Stress testing is considered to be the best risk management tool for global banks. In fact, stress tests involve hunting down extreme possible scenarios that have very little chance of happening. Bank stress tests are not forecasts, as their primary purpose is to prepare financial institutions for a possible “stress.”
Thorough stress testing is an important part of every large financial organization’s workflow. They use it in order to gauge how their structure would behave under extremely difficult conditions. Bank stress tests offer a standard mechanism for companies to assess the risks and evaluate the impact of these extreme conditions.

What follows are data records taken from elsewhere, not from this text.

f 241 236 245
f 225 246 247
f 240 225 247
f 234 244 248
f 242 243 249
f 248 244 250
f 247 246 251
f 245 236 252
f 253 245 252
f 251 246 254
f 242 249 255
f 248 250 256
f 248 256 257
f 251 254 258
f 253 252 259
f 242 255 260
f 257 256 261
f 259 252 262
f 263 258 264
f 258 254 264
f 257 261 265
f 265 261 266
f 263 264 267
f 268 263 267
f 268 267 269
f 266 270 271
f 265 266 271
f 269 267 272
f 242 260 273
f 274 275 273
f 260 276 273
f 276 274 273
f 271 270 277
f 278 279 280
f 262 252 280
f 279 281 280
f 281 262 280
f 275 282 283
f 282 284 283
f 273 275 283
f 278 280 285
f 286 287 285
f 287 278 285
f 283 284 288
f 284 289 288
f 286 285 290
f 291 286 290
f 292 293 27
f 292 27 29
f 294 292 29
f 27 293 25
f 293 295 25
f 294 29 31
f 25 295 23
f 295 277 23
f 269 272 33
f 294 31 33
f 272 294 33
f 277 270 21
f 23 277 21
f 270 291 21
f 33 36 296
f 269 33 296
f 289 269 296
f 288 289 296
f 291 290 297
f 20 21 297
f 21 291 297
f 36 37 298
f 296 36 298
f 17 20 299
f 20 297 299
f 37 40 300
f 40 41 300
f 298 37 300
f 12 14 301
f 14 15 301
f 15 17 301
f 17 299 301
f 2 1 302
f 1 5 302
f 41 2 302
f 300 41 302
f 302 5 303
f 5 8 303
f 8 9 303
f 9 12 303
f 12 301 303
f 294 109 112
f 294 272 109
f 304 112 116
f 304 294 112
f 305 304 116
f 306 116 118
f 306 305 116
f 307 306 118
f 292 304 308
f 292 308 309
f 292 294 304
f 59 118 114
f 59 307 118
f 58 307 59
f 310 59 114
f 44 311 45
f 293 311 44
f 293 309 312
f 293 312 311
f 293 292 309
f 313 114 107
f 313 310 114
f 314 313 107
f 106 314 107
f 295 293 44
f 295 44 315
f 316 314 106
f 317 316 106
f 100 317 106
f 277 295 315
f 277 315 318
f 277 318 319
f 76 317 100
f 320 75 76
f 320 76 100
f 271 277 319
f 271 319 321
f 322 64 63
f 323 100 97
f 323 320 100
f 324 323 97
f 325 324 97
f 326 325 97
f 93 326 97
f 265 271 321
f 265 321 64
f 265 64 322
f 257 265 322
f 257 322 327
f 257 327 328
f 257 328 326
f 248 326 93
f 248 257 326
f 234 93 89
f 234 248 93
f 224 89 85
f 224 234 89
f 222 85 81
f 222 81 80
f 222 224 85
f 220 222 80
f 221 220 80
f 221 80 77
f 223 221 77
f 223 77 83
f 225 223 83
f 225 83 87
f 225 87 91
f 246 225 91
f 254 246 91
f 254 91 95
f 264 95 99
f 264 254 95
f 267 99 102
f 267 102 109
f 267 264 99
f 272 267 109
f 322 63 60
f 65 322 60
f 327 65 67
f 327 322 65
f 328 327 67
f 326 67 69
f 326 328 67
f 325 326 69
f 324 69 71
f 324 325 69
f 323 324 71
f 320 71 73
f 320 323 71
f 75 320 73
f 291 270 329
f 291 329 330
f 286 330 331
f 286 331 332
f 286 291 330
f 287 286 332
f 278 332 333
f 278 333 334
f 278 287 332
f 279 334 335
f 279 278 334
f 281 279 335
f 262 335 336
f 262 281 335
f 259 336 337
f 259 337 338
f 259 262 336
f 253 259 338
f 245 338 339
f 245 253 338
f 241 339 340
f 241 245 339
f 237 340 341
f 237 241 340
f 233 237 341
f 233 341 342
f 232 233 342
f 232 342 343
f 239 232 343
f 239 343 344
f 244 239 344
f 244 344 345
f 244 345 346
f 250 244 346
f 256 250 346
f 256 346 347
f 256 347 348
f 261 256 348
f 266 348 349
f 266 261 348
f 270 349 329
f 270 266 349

Why Do Companies Conduct Stress Testing?
Global financial institutions need to conduct stress tests in order to ensure that they are able to withstand various financial emergency situations. They want to make sure that they can stay solvent during severe economic challenges.
As a matter of fact, since the 2008 financial crisis, global regulators have issued strict requirements in relation to the type and severity of risk scenarios that financial institutions should use annually.
Stress testing also offers an opportunity to evaluate a company’s operational readiness to respond to a crisis.
For instance, one of the global regulatory bodies, the European Banking Authority (EBA) has the responsibility to ensure the proper functioning of financial markets and the soundness of the financial system in the EU.
In order to do that, EBA “is mandated to monitor and assess market developments as well as to identify trends, potential risks and vulnerabilities stemming from the micro-prudential level.”
EBA’s EU-wise stress tests are carried out in a bottom-up fashion. The organization is utilizing methodologies, scenarios, and key assumptions that were developed in collaboration with the ESRB, the European Central Bank (ECB) and the European Commission (EC).
In the same fashion, the Federal Reserve of the US carries out annual supervisory stress tests of banks with $50 billion or more in assets. The key goal of this stress test is to find out whether a bank has enough capital to properly function during tough times.
Following on this, stress tests at private mortgage lenders are conducted twice a year, as they also have to comply with strict reporting deadlines.
Stress Test Conditions
One of the possible hypothetical scenarios that are provided for financial institutions’ stress testing is as follows: the unemployment rate is at 10 percent, with a general 15 percent drop in stocks, and a 30 decline in home prices.
This hypothetical situation is then used by the banks to determine if they have sufficient capital to make it through the “fake” crisis. Banks usually use the next nine financial quarters of planned financials for this purpose.
How Do Stress Tests Impact Banks?
Banks and other financial institutions that conduct regular stress tests are obliged to publish their results. These results are then made public to present how the bank would manage its operations during a major crisis.
In addition, a set of new global regulations requires companies that do not pass these tests to reduce their dividend payouts and share buybacks to preserve capital.
It happens that banks are given a conditional pass of a stress test. This implies that a bank almost failed a stress test and its ability to make further distributions in the future are at risk. Banks that pass on a conditional basis need to resubmit their plans of actions.
What happens when banks fail stress tests?
Banks that fail stress test risk severely damaging their public image – they are seen as unreliable and the public believes that they would not be able to withstand a financial disaster. Nevertheless, some global major banks have failed stress tests numerous times.